Output, word for word, the lines of this listing that fall between the line with "f 18 17 204" and the line with "f 180 182 104", counting both of those lines, and no others.

[[ Material provided, beginning ]]

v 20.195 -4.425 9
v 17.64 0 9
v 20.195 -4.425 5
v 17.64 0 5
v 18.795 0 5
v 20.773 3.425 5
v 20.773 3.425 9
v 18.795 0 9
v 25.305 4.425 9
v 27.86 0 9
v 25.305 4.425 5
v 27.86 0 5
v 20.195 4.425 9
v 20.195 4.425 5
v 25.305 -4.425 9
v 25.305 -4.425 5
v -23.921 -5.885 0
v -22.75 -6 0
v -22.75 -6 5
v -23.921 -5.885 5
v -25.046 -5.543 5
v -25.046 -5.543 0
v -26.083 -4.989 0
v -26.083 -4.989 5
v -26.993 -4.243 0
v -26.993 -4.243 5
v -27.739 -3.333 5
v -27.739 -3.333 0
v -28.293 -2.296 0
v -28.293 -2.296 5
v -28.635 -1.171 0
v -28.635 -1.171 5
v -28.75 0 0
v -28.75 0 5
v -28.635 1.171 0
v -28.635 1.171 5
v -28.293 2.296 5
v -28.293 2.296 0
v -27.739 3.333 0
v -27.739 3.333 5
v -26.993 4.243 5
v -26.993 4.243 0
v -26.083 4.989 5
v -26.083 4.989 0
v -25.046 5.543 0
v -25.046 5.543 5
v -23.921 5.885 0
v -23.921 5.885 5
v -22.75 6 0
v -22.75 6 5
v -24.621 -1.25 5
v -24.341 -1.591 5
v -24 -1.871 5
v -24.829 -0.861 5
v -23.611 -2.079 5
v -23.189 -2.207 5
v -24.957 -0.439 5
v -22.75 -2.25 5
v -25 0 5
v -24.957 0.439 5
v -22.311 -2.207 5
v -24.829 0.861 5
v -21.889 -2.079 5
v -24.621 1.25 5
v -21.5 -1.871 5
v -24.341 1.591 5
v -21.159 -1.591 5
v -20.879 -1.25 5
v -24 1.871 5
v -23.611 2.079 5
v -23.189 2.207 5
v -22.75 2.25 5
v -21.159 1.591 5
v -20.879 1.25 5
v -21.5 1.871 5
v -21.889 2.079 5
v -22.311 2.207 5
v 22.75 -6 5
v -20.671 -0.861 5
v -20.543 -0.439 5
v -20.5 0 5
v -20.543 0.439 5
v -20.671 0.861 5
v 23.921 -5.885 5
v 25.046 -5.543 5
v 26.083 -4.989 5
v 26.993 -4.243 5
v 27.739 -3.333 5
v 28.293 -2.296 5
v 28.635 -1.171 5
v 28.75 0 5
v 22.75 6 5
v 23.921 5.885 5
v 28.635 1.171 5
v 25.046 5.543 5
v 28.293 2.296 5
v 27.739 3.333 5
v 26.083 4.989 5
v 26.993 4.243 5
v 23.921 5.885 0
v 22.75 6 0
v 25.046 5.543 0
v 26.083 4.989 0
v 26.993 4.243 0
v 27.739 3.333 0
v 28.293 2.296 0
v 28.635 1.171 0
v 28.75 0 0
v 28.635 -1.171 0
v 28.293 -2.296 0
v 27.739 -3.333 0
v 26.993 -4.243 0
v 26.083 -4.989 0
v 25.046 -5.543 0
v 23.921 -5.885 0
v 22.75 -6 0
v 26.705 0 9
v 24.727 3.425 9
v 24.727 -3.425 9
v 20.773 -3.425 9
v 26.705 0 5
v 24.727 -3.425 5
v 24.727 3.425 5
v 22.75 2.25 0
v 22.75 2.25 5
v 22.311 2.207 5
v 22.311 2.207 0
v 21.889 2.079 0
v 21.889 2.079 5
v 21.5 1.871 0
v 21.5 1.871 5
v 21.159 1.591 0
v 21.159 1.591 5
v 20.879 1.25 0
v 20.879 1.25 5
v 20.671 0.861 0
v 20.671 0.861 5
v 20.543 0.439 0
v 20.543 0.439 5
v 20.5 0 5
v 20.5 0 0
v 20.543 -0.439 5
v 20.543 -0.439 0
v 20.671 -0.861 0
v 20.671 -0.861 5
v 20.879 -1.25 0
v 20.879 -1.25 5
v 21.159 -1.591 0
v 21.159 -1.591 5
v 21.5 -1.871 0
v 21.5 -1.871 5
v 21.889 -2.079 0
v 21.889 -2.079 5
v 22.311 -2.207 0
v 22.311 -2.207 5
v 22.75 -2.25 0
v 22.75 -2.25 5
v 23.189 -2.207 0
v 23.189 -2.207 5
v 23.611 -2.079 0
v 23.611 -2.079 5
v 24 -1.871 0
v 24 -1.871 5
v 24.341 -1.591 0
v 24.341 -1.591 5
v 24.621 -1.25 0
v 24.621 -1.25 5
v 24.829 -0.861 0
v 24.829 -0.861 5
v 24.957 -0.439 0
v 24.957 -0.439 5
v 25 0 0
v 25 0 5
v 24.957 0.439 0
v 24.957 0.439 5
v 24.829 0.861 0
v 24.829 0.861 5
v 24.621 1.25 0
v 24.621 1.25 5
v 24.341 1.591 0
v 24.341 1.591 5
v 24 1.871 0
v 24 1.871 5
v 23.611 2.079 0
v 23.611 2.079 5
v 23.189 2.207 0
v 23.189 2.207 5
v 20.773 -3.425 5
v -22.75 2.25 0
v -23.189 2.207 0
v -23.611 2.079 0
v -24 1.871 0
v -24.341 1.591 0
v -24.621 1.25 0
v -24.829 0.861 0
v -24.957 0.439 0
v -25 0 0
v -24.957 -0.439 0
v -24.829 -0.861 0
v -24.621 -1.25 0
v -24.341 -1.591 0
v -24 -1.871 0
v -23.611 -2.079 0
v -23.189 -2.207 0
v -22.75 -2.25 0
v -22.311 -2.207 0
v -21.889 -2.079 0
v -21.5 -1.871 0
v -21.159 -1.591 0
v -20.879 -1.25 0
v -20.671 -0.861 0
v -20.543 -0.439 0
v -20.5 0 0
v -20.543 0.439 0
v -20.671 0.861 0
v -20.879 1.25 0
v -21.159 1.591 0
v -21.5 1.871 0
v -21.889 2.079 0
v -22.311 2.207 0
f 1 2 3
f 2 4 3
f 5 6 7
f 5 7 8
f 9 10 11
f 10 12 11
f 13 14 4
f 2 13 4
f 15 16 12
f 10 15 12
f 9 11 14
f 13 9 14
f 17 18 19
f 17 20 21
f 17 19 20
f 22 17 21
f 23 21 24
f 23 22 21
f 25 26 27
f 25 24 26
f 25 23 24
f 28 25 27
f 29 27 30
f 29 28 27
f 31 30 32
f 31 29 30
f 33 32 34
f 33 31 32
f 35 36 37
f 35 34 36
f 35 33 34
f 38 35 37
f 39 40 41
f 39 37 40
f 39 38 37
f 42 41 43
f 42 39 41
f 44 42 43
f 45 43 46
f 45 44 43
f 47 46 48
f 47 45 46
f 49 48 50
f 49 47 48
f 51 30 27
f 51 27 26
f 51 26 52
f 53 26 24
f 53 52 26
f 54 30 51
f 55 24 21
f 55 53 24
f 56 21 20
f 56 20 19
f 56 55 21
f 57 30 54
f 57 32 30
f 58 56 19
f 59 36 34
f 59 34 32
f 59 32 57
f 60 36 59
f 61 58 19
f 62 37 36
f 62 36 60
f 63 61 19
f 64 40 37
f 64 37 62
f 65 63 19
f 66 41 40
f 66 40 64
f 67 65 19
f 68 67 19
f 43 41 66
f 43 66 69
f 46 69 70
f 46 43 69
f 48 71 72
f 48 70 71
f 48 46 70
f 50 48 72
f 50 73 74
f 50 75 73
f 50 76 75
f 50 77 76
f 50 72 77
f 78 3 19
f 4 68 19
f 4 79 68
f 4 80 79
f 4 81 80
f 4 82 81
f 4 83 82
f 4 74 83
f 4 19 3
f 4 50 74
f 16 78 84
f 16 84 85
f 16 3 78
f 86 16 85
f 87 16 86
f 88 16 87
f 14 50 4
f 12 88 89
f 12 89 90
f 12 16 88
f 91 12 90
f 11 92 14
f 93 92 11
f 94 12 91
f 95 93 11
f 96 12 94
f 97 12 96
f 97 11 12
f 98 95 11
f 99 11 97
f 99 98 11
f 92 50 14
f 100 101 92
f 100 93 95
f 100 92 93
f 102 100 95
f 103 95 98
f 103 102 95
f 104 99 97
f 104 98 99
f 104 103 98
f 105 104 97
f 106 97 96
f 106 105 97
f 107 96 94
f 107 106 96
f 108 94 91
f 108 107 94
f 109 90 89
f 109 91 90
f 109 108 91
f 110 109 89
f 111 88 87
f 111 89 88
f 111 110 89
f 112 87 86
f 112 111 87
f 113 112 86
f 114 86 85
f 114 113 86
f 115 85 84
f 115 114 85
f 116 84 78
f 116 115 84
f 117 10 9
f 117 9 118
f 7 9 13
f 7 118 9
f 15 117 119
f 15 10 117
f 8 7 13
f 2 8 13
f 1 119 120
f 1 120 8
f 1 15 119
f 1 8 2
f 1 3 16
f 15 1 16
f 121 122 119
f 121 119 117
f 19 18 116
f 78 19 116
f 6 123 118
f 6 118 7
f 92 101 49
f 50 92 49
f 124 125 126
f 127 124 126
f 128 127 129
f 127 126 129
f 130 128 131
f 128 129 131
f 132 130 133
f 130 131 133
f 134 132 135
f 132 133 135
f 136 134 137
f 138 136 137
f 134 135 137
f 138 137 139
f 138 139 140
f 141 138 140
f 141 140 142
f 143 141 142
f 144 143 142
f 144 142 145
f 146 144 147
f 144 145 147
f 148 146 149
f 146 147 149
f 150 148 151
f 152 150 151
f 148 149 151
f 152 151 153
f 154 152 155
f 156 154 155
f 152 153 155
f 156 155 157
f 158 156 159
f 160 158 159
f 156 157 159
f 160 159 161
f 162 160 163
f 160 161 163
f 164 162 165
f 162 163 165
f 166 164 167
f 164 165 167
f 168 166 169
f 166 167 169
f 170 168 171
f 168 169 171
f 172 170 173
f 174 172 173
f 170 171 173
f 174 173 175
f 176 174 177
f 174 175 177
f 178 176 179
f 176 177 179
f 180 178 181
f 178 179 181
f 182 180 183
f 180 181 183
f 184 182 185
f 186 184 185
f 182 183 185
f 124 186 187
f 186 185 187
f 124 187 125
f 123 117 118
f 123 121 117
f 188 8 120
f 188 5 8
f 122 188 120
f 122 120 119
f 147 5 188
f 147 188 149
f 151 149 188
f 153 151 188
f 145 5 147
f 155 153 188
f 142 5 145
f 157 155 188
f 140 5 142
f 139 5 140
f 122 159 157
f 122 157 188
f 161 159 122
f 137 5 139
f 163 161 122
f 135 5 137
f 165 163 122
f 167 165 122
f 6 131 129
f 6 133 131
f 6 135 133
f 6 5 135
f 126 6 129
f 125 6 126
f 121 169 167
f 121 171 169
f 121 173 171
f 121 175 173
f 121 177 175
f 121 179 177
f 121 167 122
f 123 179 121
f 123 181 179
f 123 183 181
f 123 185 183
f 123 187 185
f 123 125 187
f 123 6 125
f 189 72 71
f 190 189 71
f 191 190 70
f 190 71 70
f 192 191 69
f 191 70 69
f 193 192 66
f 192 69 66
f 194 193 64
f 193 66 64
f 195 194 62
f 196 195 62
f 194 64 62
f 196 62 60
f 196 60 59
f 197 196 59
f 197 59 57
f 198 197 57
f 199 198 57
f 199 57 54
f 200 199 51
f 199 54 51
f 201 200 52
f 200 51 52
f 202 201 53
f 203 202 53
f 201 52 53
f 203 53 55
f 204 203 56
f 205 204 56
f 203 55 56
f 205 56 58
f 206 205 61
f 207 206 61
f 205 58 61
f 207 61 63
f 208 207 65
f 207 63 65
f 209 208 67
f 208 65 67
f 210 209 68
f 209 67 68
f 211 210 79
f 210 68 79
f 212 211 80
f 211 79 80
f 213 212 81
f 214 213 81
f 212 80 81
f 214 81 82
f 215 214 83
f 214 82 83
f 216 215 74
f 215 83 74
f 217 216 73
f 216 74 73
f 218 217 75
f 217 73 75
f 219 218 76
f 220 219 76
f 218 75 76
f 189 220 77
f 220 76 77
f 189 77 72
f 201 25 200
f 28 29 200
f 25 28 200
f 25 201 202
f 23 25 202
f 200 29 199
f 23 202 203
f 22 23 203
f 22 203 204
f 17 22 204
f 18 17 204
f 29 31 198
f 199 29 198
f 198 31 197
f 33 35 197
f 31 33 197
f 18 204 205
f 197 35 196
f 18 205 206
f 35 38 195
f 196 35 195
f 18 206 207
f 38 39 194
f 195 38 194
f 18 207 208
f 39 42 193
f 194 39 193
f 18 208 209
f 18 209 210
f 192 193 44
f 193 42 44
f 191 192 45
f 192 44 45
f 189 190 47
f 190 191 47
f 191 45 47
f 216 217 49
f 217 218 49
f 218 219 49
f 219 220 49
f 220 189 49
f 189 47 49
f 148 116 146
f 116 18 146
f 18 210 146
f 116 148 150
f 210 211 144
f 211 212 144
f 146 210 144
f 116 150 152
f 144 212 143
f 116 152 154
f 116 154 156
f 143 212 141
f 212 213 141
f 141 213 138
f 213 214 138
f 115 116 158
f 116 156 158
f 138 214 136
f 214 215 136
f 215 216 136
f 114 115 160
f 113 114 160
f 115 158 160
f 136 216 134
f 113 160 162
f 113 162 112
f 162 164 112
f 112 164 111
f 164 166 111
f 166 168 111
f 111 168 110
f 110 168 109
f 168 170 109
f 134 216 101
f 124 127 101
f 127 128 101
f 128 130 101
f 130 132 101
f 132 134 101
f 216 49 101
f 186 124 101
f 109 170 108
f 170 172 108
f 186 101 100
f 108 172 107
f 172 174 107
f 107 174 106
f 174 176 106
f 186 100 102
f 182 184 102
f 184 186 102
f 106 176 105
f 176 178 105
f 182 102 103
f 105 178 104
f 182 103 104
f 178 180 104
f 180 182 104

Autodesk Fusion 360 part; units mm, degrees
sketch "Sketch1" plane through (0, 0, 0) normal (0, 0, 1) x (1, 0, 0)
  line L0 (-22.75, -6) -> (22.75, -6)
  arc A0 (22.75, -6) -> (22.75, 6) centre (22.75, 0) ccw
  line L1 (22.75, 6) -> (-22.75, 6)
  arc A1 (-22.75, 6) -> (-22.75, -6) centre (-22.75, 0) ccw
  line L2 (-22.75, 0) -> (22.75, 0) construction
  dimension "d1" = 45.5
  dimension "d2" = 12
extrude "Extrude1" add sketch "Sketch1" along normal blind 5
hole "Hole1" at (22.75, 0, 0) at (-22.75, 0, 0) direction (0, 0, 1) diameter 4.5 depth 8 tip angle 118
sketch "Sketch4" plane through (0, 0, 5) normal (0, 0, 1) x (-1, 0, 0)
  circle A0 centre (-22.75, 0) radius 2.25
  circle A1 centre (22.75, 0) radius 2.25
  arc A2 (22.75, -6) -> (22.75, 6) centre (22.75, 0) ccw
  line L0 (22.75, 6) -> (-22.75, 6)
  arc A3 (-22.75, 6) -> (-22.75, -6) centre (-22.75, 0) ccw
  line L1 (-22.75, -6) -> (22.75, -6)
  line L2 (-26.7048, 0) -> (-24.7274, -3.425)
  line L3 (-24.7274, -3.425) -> (-20.7726, -3.425)
  line L4 (-20.7726, -3.425) -> (-18.7952, 0)
  line L5 (-18.7952, 0) -> (-20.7726, 3.425)
  line L6 (-20.7726, 3.425) -> (-24.7274, 3.425)
  line L7 (-24.7274, 3.425) -> (-26.7048, 0)
  line L8 (-20.1952, 4.425) -> (-25.3048, 4.425)
  line L9 (-25.3048, 4.425) -> (-27.8595, 0)
  line L10 (-27.8595, 0) -> (-25.3048, -4.425)
  line L11 (-25.3048, -4.425) -> (-20.1952, -4.425)
  line L12 (-20.1952, -4.425) -> (-17.6405, 0)
  line L13 (-17.6405, 0) -> (-20.1952, 4.425)
  point P0 (-22.75, 0)
  dimension "d8" = 6.85
  dimension "d9" = 1
extrude "Extrude2" add sketch "Sketch4" along normal blind 4 contours L8 L9 L10 L11 L12 L13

[[ Material provided, end ]]

* [Response area]
f 18 17 204
f 29 31 198
f 199 29 198
f 198 31 197
f 33 35 197
f 31 33 197
f 18 204 205
f 197 35 196
f 18 205 206
f 35 38 195
f 196 35 195
f 18 206 207
f 38 39 194
f 195 38 194
f 18 207 208
f 39 42 193
f 194 39 193
f 18 208 209
f 18 209 210
f 192 193 44
f 193 42 44
f 191 192 45
f 192 44 45
f 189 190 47
f 190 191 47
f 191 45 47
f 216 217 49
f 217 218 49
f 218 219 49
f 219 220 49
f 220 189 49
f 189 47 49
f 148 116 146
f 116 18 146
f 18 210 146
f 116 148 150
f 210 211 144
f 211 212 144
f 146 210 144
f 116 150 152
f 144 212 143
f 116 152 154
f 116 154 156
f 143 212 141
f 212 213 141
f 141 213 138
f 213 214 138
f 115 116 158
f 116 156 158
f 138 214 136
f 214 215 136
f 215 216 136
f 114 115 160
f 113 114 160
f 115 158 160
f 136 216 134
f 113 160 162
f 113 162 112
f 162 164 112
f 112 164 111
f 164 166 111
f 166 168 111
f 111 168 110
f 110 168 109
f 168 170 109
f 134 216 101
f 124 127 101
f 127 128 101
f 128 130 101
f 130 132 101
f 132 134 101
f 216 49 101
f 186 124 101
f 109 170 108
f 170 172 108
f 186 101 100
f 108 172 107
f 172 174 107
f 107 174 106
f 174 176 106
f 186 100 102
f 182 184 102
f 184 186 102
f 106 176 105
f 176 178 105
f 182 102 103
f 105 178 104
f 182 103 104
f 178 180 104
f 180 182 104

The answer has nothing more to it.